True. I guess it's back to installing FPE and Wadsworth stuff I scavenge from dumpsters. :laughing:


----------



## electro916 (Jan 16, 2009)

Peter D said:


> True. I guess it's back to installing FPE and Wadsworth stuff I scavenge from dumpsters. :laughing:



You forgot about Zinsco.:jester:


----------



## defeedme (Apr 5, 2018)

*Ch42n225k*



MDShunk said:


> The CH-CH panels are my main brand. Since there are no resi bolt-on panels, I see CH-CH as the Cadillac panel right now. They plug on tighter than any other panel on the market, that's for sure. I somewhat like the fact that the breakers are harder to find. That keeps DIY-ers from messing around as much, I believe. It really comes down to a Fords vs Chevy type of argument, in the end, but I happen to like CH-CH very much.
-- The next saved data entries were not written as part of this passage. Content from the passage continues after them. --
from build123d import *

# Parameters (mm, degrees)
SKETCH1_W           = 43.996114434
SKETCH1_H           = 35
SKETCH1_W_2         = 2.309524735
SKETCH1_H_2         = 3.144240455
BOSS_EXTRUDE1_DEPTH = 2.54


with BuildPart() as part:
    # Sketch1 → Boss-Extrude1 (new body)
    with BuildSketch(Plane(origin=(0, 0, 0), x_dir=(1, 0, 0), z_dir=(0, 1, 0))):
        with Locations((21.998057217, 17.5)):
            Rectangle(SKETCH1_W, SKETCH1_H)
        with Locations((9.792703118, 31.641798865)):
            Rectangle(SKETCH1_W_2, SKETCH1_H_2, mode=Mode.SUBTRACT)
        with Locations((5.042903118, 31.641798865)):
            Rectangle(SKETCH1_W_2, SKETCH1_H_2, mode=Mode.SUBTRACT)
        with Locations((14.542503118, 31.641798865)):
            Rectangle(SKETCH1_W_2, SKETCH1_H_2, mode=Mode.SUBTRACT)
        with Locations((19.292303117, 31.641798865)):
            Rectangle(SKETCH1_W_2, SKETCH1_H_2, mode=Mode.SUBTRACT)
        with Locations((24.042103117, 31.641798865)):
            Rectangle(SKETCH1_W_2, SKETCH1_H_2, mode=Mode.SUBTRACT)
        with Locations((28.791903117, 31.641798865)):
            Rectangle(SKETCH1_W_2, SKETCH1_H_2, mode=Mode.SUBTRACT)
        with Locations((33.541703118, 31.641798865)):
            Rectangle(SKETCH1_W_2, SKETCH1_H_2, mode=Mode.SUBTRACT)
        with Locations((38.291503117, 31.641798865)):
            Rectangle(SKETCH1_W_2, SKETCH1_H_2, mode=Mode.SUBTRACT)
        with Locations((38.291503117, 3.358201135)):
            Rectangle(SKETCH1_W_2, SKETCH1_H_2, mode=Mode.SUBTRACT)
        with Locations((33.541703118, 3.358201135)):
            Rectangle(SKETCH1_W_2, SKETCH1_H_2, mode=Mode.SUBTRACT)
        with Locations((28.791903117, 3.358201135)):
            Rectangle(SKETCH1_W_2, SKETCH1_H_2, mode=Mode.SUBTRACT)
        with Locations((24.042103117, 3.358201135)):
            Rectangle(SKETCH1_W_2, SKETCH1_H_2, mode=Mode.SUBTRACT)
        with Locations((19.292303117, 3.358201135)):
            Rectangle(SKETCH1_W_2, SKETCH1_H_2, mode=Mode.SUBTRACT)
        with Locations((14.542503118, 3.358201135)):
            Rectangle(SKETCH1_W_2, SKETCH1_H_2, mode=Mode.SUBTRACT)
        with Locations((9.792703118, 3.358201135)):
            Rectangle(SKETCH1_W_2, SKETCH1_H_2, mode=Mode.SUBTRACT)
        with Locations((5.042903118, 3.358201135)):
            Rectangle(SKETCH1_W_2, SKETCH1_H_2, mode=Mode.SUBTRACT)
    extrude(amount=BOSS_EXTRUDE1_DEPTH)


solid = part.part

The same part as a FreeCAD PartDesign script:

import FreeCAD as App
import Part
import Sketcher

V = App.Vector

doc = App.newDocument("Part")
body = doc.addObject("PartDesign::Body", "Body")

sketch1 = body.newObject("Sketcher::SketchObject", "Sketch")
sketch1.AttachmentSupport = (doc.getObject("XZ_Plane"), [""])
sketch1.MapMode = "FlatFace"
sketch1.addGeometry(Part.LineSegment(V(0, -35, 0), V(0, 0, 0)), False)
sketch1.addGeometry(Part.LineSegment(V(0, 0, 0), V(43.996114, 0, 0)), False)
sketch1.addGeometry(Part.LineSegment(V(43.996114, 0, 0), V(43.996114, -35, 0)), False)
sketch1.addGeometry(Part.LineSegment(V(43.996114, -35, 0), V(0, -35, 0)), False)
sketch1.addGeometry(Part.LineSegment(V(6.197665, -1.786081, 0), V(3.888141, -1.786081, 0)), False)
sketch1.addGeometry(Part.LineSegment(V(3.888141, -1.786081, 0), V(3.888141, -4.930321, 0)), False)
sketch1.addGeometry(Part.LineSegment(V(3.888141, -4.930321, 0), V(6.197665, -4.930321, 0)), False)
sketch1.addGeometry(Part.LineSegment(V(6.197665, -4.930321, 0), V(6.197665, -1.786081, 0)), False)
sketch1.addGeometry(Part.LineSegment(V(10.947465, -1.786081, 0), V(8.637941, -1.786081, 0)), False)
sketch1.addGeometry(Part.LineSegment(V(8.637941, -1.786081, 0), V(8.637941, -4.930321, 0)), False)
sketch1.addGeometry(Part.LineSegment(V(8.637941, -4.930321, 0), V(10.947465, -4.930321, 0)), False)
sketch1.addGeometry(Part.LineSegment(V(10.947465, -4.930321, 0), V(10.947465, -1.786081, 0)), False)
sketch1.addGeometry(Part.LineSegment(V(15.697265, -1.786081, 0), V(13.387741, -1.786081, 0)), False)
sketch1.addGeometry(Part.LineSegment(V(13.387741, -1.786081, 0), V(13.387741, -4.930321, 0)), False)
sketch1.addGeometry(Part.LineSegment(V(13.387741, -4.930321, 0), V(15.697265, -4.930321, 0)), False)
sketch1.addGeometry(Part.LineSegment(V(15.697265, -4.930321, 0), V(15.697265, -1.786081, 0)), False)
sketch1.addGeometry(Part.LineSegment(V(20.447065, -1.786081, 0), V(18.137541, -1.786081, 0)), False)
sketch1.addGeometry(Part.LineSegment(V(18.137541, -1.786081, 0), V(18.137541, -4.930321, 0)), False)
sketch1.addGeometry(Part.LineSegment(V(18.137541, -4.930321, 0), V(20.447065, -4.930321, 0)), False)
sketch1.addGeometry(Part.LineSegment(V(20.447065, -4.930321, 0), V(20.447065, -1.786081, 0)), False)
sketch1.addGeometry(Part.LineSegment(V(25.196865, -1.786081, 0), V(22.887341, -1.786081, 0)), False)
sketch1.addGeometry(Part.LineSegment(V(22.887341, -1.786081, 0), V(22.887341, -4.930321, 0)), False)
sketch1.addGeometry(Part.LineSegment(V(22.887341, -4.930321, 0), V(25.196865, -4.930321, 0)), False)
sketch1.addGeometry(Part.LineSegment(V(25.196865, -4.930321, 0), V(25.196865, -1.786081, 0)), False)
sketch1.addGeometry(Part.LineSegment(V(29.946665, -1.786081, 0), V(27.637141, -1.786081, 0)), False)
sketch1.addGeometry(Part.LineSegment(V(27.637141, -1.786081, 0), V(27.637141, -4.930321, 0)), False)
sketch1.addGeometry(Part.LineSegment(V(27.637141, -4.930321, 0), V(29.946665, -4.930321, 0)), False)
sketch1.addGeometry(Part.LineSegment(V(29.946665, -4.930321, 0), V(29.946665, -1.786081, 0)), False)
sketch1.addGeometry(Part.LineSegment(V(34.696465, -1.786081, 0), V(32.386941, -1.786081, 0)), False)
sketch1.addGeometry(Part.LineSegment(V(32.386941, -1.786081, 0), V(32.386941, -4.930321, 0)), False)
sketch1.addGeometry(Part.LineSegment(V(32.386941, -4.930321, 0), V(34.696465, -4.930321, 0)), False)
sketch1.addGeometry(Part.LineSegment(V(34.696465, -4.930321, 0), V(34.696465, -1.786081, 0)), False)
sketch1.addGeometry(Part.LineSegment(V(39.446265, -1.786081, 0), V(37.136741, -1.786081, 0)), False)
sketch1.addGeometry(Part.LineSegment(V(37.136741, -1.786081, 0), V(37.136741, -4.930321, 0)), False)
sketch1.addGeometry(Part.LineSegment(V(37.136741, -4.930321, 0), V(39.446265, -4.930321, 0)), False)
sketch1.addGeometry(Part.LineSegment(V(39.446265, -4.930321, 0), V(39.446265, -1.786081, 0)), False)
sketch1.addGeometry(Part.LineSegment(V(6.197665, -30.069679, 0), V(3.888141, -30.069679, 0)), False)
sketch1.addGeometry(Part.LineSegment(V(3.888141, -30.069679, 0), V(3.888141, -33.213919, 0)), False)
sketch1.addGeometry(Part.LineSegment(V(3.888141, -33.213919, 0), V(6.197665, -33.213919, 0)), False)
sketch1.addGeometry(Part.LineSegment(V(6.197665, -33.213919, 0), V(6.197665, -30.069679, 0)), False)
sketch1.addGeometry(Part.LineSegment(V(10.947465, -30.069679, 0), V(8.637941, -30.069679, 0)), False)
sketch1.addGeometry(Part.LineSegment(V(8.637941, -30.069679, 0), V(8.637941, -33.213919, 0)), False)
sketch1.addGeometry(Part.LineSegment(V(8.637941, -33.213919, 0), V(10.947465, -33.213919, 0)), False)
sketch1.addGeometry(Part.LineSegment(V(10.947465, -33.213919, 0), V(10.947465, -30.069679, 0)), False)
sketch1.addGeometry(Part.LineSegment(V(15.697265, -30.069679, 0), V(13.387741, -30.069679, 0)), False)
sketch1.addGeometry(Part.LineSegment(V(13.387741, -30.069679, 0), V(13.387741, -33.213919, 0)), False)
sketch1.addGeometry(Part.LineSegment(V(13.387741, -33.213919, 0), V(15.697265, -33.213919, 0)), False)
sketch1.addGeometry(Part.LineSegment(V(15.697265, -33.213919, 0), V(15.697265, -30.069679, 0)), False)
sketch1.addGeometry(Part.LineSegment(V(20.447065, -30.069679, 0), V(18.137541, -30.069679, 0)), False)
sketch1.addGeometry(Part.LineSegment(V(18.137541, -30.069679, 0), V(18.137541, -33.213919, 0)), False)
sketch1.addGeometry(Part.LineSegment(V(18.137541, -33.213919, 0), V(20.447065, -33.213919, 0)), False)
sketch1.addGeometry(Part.LineSegment(V(20.447065, -33.213919, 0), V(20.447065, -30.069679, 0)), False)
sketch1.addGeometry(Part.LineSegment(V(25.196865, -30.069679, 0), V(22.887341, -30.069679, 0)), False)
sketch1.addGeometry(Part.LineSegment(V(22.887341, -30.069679, 0), V(22.887341, -33.213919, 0)), False)
sketch1.addGeometry(Part.LineSegment(V(22.887341, -33.213919, 0), V(25.196865, -33.213919, 0)), False)
sketch1.addGeometry(Part.LineSegment(V(25.196865, -33.213919, 0), V(25.196865, -30.069679, 0)), False)
sketch1.addGeometry(Part.LineSegment(V(29.946665, -30.069679, 0), V(27.637141, -30.069679, 0)), False)
sketch1.addGeometry(Part.LineSegment(V(27.637141, -30.069679, 0), V(27.637141, -33.213919, 0)), False)
sketch1.addGeometry(Part.LineSegment(V(27.637141, -33.213919, 0), V(29.946665, -33.213919, 0)), False)
sketch1.addGeometry(Part.LineSegment(V(29.946665, -33.213919, 0), V(29.946665, -30.069679, 0)), False)
sketch1.addGeometry(Part.LineSegment(V(34.696465, -30.069679, 0), V(32.386941, -30.069679, 0)), False)
sketch1.addGeometry(Part.LineSegment(V(32.386941, -30.069679, 0), V(32.386941, -33.213919, 0)), False)
sketch1.addGeometry(Part.LineSegment(V(32.386941, -33.213919, 0), V(34.696465, -33.213919, 0)), False)
sketch1.addGeometry(Part.LineSegment(V(34.696465, -33.213919, 0), V(34.696465, -30.069679, 0)), False)
sketch1.addGeometry(Part.LineSegment(V(39.446265, -30.069679, 0), V(37.136741, -30.069679, 0)), False)
sketch1.addGeometry(Part.LineSegment(V(37.136741, -30.069679, 0), V(37.136741, -33.213919, 0)), False)
sketch1.addGeometry(Part.LineSegment(V(37.136741, -33.213919, 0), V(39.446265, -33.213919, 0)), False)
sketch1.addGeometry(Part.LineSegment(V(39.446265, -33.213919, 0), V(39.446265, -30.069679, 0)), False)
sketch1.addConstraint(Sketcher.Constraint("Coincident", 0, 2, 1, 1))
sketch1.addConstraint(Sketcher.Constraint("Coincident", 1, 2, 2, 1))
sketch1.addConstraint(Sketcher.Constraint("Coincident", 2, 2, 3, 1))
sketch1.addConstraint(Sketcher.Constraint("Coincident", 3, 2, 0, 1))
sketch1.addConstraint(Sketcher.Constraint("Coincident", 4, 2, 5, 1))
sketch1.addConstraint(Sketcher.Constraint("Coincident", 5, 2, 6, 1))
sketch1.addConstraint(Sketcher.Constraint("Coincident", 6, 2, 7, 1))
sketch1.addConstraint(Sketcher.Constraint("Coincident", 7, 2, 4, 1))
sketch1.addConstraint(Sketcher.Constraint("Coincident", 8, 2, 9, 1))
sketch1.addConstraint(Sketcher.Constraint("Coincident", 9, 2, 10, 1))
sketch1.addConstraint(Sketcher.Constraint("Coincident", 10, 2, 11, 1))
sketch1.addConstraint(Sketcher.Constraint("Coincident", 11, 2, 8, 1))
sketch1.addConstraint(Sketcher.Constraint("Coincident", 12, 2, 13, 1))
sketch1.addConstraint(Sketcher.Constraint("Coincident", 13, 2, 14, 1))
sketch1.addConstraint(Sketcher.Constraint("Coincident", 14, 2, 15, 1))
sketch1.addConstraint(Sketcher.Constraint("Coincident", 15, 2, 12, 1))
sketch1.addConstraint(Sketcher.Constraint("Coincident", 16, 2, 17, 1))
sketch1.addConstraint(Sketcher.Constraint("Coincident", 17, 2, 18, 1))
sketch1.addConstraint(Sketcher.Constraint("Coincident", 18, 2, 19, 1))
Hi, my panel just got fried by my electric company, lucky house didn't burn up.. deciding on the CH42N225K or the Square D QO
in 2018 do you still prefer the CH ? 
also curious if it's any better that the CH is rated at 225 instead of the sd 200 ? 
thanks, Best, Mike


----------



## eddy current (Feb 28, 2009)

defeedme said:


> Hi, my panel just got fried by my electric company, lucky house didn't burn up.. deciding on the CH42N225K or the Square D QO
> in 2018 do you still prefer the CH ?
> also curious if it's any better that the CH is rated at 225 instead of the sd 200 ?
> thanks, Best, Mike


An electrician will be able to help you :wink:


----------



## MDShunk (Jan 7, 2007)

defeedme said:


> Hi, my panel just got fried by my electric company, lucky house didn't burn up.. deciding on the CH42N225K or the Square D QO
> in 2018 do you still prefer the CH ?
> also curious if it's any better that the CH is rated at 225 instead of the sd 200 ?
> thanks, Best, Mike


I'd use whatever brand your electrical contractor recommends.


----------



## defeedme (Apr 5, 2018)

thanks.. well I may be the electrical contractor.. right now it seems the square D is the better option , easy to read red/green for my wife and kids. I don't think any other brand does that? also it has the CAFI to stop arcs and they are sold on amazon.. here's a pic of what happened: photos.app.goo.gl/9rQUMYQBcv57fgty1


----------



## active1 (Dec 29, 2009)

Been almost 10 years since the last resi panels I've done.
But the CH was a quality product.
If my memory is right, copper buss, 3/4" breaker, and galvanized can.
I like the galvanized over paint as it's easier to get clean connection.
Never liked the color tan. Gray is just my preference.
Biggest complaint was the knockouts, ecentrics, and concentrics were too easy to bust out. Such as a building where many of the 2.5" ecentric is comming out on a 2" conduit. Then you need to go back and put in reducers before pulling. 
Don't know if I liked their knockout layout vs others, but we did all conduit, most NM jobs it wouldn't matter so much. I would prefer punching my own on a can than factory ones, but that's me.


----------



## MDShunk (Jan 7, 2007)

Across the board, every manufacturer has delivered panels with loose knockouts and impossible to remove knockouts from time to time. From having worked in a stamping plant in the past, I know it's just the condition of the dies and the press shut height setting on any given day, coupled with the pickiness of the QC that day.


----------